Task directions:
Among the entries below, take the line with "e50 v21 v40 LINE" and the line with "v44 (37,0,3)", and output them and every line between them exactly, with nothing else.

━━━━━ Record extracts ━━━━━

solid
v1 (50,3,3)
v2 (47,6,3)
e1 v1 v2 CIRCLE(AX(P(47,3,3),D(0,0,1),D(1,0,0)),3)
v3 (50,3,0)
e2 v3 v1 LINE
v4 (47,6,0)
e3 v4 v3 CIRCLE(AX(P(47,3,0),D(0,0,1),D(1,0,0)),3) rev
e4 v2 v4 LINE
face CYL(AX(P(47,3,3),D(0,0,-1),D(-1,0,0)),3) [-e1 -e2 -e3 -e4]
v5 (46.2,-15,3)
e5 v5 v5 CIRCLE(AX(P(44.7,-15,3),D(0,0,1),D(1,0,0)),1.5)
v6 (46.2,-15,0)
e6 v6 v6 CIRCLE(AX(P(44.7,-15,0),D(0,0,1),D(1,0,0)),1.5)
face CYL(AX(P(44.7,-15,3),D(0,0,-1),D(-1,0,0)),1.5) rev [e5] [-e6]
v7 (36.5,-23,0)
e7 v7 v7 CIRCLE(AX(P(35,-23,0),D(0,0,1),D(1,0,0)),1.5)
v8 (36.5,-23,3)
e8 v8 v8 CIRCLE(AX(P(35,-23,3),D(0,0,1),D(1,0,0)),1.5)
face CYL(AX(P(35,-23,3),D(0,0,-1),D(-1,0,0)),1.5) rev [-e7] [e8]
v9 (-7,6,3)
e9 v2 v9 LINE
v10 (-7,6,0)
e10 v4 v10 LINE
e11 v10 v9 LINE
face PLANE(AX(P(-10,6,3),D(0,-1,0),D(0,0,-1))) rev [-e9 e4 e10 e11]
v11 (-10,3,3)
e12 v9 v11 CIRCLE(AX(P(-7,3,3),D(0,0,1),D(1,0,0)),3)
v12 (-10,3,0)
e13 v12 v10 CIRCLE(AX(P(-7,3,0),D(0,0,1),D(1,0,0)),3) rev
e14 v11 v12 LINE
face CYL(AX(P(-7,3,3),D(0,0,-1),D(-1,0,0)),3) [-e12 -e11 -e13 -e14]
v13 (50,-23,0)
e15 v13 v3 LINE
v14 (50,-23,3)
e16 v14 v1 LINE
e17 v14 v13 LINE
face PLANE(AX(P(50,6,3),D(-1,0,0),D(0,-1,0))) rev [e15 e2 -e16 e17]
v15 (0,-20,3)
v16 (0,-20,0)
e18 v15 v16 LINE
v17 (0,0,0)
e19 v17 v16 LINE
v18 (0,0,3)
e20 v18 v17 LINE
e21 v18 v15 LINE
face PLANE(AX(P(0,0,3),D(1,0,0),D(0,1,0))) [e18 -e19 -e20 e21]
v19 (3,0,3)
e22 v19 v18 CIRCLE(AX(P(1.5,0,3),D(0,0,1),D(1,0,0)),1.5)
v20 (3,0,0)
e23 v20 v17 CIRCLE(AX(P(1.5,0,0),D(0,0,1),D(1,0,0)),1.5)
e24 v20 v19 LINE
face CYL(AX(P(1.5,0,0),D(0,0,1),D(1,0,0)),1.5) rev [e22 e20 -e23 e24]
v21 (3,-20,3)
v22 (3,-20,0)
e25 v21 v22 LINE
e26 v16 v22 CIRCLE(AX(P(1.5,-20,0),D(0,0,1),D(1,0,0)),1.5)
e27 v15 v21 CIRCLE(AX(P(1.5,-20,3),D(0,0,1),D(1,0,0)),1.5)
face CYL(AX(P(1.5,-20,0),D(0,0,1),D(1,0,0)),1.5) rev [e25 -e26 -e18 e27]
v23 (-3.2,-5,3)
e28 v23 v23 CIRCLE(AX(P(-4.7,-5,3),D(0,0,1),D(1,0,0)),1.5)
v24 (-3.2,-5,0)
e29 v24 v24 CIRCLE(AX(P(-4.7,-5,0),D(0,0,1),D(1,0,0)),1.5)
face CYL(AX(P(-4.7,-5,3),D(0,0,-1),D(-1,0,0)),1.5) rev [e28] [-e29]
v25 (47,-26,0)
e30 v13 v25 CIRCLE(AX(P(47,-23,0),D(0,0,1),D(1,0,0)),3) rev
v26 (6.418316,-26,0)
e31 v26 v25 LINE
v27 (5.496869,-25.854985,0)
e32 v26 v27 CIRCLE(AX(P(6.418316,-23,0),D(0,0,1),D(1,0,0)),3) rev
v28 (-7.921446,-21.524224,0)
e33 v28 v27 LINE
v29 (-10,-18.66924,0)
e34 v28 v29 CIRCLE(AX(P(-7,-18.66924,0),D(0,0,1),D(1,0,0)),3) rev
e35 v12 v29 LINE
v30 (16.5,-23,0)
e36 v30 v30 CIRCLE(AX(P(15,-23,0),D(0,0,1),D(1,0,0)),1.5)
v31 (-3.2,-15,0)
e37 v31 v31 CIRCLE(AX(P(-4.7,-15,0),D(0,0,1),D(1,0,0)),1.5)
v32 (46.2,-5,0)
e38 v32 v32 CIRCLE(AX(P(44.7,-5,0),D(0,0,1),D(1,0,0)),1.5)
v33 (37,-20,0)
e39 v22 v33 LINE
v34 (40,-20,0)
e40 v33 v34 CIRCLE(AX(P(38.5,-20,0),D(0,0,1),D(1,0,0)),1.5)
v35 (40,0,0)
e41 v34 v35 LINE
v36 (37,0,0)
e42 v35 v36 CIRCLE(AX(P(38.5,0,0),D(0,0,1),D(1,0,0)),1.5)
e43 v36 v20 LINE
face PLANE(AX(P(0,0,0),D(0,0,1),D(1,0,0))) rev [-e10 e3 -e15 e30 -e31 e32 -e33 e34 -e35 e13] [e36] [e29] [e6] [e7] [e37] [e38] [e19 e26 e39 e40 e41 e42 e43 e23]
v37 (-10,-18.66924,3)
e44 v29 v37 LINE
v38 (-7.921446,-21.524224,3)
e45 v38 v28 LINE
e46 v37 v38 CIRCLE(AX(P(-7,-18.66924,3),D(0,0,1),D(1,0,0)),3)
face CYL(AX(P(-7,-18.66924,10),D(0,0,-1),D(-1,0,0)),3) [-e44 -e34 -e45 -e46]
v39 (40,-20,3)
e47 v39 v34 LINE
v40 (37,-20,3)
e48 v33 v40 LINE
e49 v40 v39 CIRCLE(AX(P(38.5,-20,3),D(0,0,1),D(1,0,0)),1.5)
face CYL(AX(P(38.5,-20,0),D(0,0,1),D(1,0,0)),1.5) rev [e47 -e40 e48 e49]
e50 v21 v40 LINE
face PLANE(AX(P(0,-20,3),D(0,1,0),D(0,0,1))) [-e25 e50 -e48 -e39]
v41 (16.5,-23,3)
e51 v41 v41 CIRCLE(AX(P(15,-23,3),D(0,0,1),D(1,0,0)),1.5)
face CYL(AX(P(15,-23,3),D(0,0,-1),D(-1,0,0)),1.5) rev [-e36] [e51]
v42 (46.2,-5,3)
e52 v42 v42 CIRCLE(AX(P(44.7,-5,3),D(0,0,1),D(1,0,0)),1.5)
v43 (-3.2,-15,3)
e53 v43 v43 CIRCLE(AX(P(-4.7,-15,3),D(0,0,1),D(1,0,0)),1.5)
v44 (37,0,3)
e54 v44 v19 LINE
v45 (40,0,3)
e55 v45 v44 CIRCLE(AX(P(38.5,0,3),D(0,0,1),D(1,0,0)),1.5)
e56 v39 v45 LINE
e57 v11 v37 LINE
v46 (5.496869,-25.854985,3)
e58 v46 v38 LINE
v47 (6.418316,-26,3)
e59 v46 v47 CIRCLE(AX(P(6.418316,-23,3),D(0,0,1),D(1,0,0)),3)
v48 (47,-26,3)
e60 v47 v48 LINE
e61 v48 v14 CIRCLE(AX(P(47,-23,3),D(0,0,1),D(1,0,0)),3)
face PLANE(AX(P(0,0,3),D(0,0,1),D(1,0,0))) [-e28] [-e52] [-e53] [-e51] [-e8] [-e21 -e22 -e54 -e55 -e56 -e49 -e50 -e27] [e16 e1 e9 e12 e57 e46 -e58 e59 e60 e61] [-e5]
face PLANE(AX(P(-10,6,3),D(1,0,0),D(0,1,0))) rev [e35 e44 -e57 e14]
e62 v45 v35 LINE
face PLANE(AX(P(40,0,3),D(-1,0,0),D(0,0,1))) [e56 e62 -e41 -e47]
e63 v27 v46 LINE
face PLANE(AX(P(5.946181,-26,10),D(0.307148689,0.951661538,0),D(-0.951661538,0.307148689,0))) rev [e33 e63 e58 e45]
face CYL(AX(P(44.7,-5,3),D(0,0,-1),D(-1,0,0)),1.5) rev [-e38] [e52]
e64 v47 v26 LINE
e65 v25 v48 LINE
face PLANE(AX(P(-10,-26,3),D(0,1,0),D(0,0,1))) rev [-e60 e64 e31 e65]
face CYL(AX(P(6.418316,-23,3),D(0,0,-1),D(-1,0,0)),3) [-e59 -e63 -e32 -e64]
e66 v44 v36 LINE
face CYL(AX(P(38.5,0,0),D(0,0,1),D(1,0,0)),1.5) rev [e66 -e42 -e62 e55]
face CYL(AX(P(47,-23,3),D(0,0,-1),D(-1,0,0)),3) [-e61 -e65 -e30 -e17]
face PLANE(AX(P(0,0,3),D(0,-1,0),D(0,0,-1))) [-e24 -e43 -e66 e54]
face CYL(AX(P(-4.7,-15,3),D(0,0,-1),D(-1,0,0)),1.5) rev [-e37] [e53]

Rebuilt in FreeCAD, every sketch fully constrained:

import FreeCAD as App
import Part
import Sketcher

V = App.Vector
Q = App.Units.Quantity


def edges_at(feature, points):
    """Names of the edges that pass closest to the given points."""
    edges = feature.Shape.Edges
    near = lambda p: min(range(len(edges)), key=lambda i: edges[i].distToShape(Part.Vertex(*p))[0])
    return sorted({f"Edge{near(p) + 1}" for p in points})

doc = App.newDocument("Part")
body = doc.addObject("PartDesign::Body", "Body")

sketch1 = body.newObject("Sketcher::SketchObject", "Sketch")
sketch1.AttachmentSupport = (doc.getObject("XY_Plane"), [""])
sketch1.MapMode = "FlatFace"
sketch1.addGeometry(Part.LineSegment(V(-10, 6, 0), V(-10, -26, 0)), False)
sketch1.addGeometry(Part.LineSegment(V(-10, -26, 0), V(50, -26, 0)), False)
sketch1.addGeometry(Part.LineSegment(V(50, -26, 0), V(50, 6, 0)), False)
sketch1.addGeometry(Part.LineSegment(V(50, 6, 0), V(-10, 6, 0)), False)
sketch1.addGeometry(Part.Circle(V(15, -23, 0), V(0, 0, 1), 1.5), False)
sketch1.addGeometry(Part.Circle(V(-4.7, -15, 0), V(0, 0, 1), 1.5), False)
sketch1.addGeometry(Part.Circle(V(35, -23, 0), V(0, 0, 1), 1.5), False)
sketch1.addGeometry(Part.Circle(V(44.7, -15, 0), V(0, 0, 1), 1.5), False)
sketch1.addGeometry(Part.LineSegment(V(40, -20, 0), V(0, -20, 0)), False)
sketch1.addGeometry(Part.LineSegment(V(0, -20, 0), V(0, 0, 0)), False)
sketch1.addGeometry(Part.LineSegment(V(0, 0, 0), V(40, 0, 0)), False)
sketch1.addGeometry(Part.LineSegment(V(40, 0, 0), V(40, -20, 0)), False)
sketch1.addGeometry(Part.Circle(V(-4.7, -5, 0), V(0, 0, 1), 1.5), False)
sketch1.addGeometry(Part.Circle(V(44.7, -5, 0), V(0, 0, 1), 1.5), False)
sketch1.addConstraint(Sketcher.Constraint("Coincident", 0, 2, 1, 1))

━━━━━

Result:
e50 v21 v40 LINE
face PLANE(AX(P(0,-20,3),D(0,1,0),D(0,0,1))) [-e25 e50 -e48 -e39]
v41 (16.5,-23,3)
e51 v41 v41 CIRCLE(AX(P(15,-23,3),D(0,0,1),D(1,0,0)),1.5)
face CYL(AX(P(15,-23,3),D(0,0,-1),D(-1,0,0)),1.5) rev [-e36] [e51]
v42 (46.2,-5,3)
e52 v42 v42 CIRCLE(AX(P(44.7,-5,3),D(0,0,1),D(1,0,0)),1.5)
v43 (-3.2,-15,3)
e53 v43 v43 CIRCLE(AX(P(-4.7,-15,3),D(0,0,1),D(1,0,0)),1.5)
v44 (37,0,3)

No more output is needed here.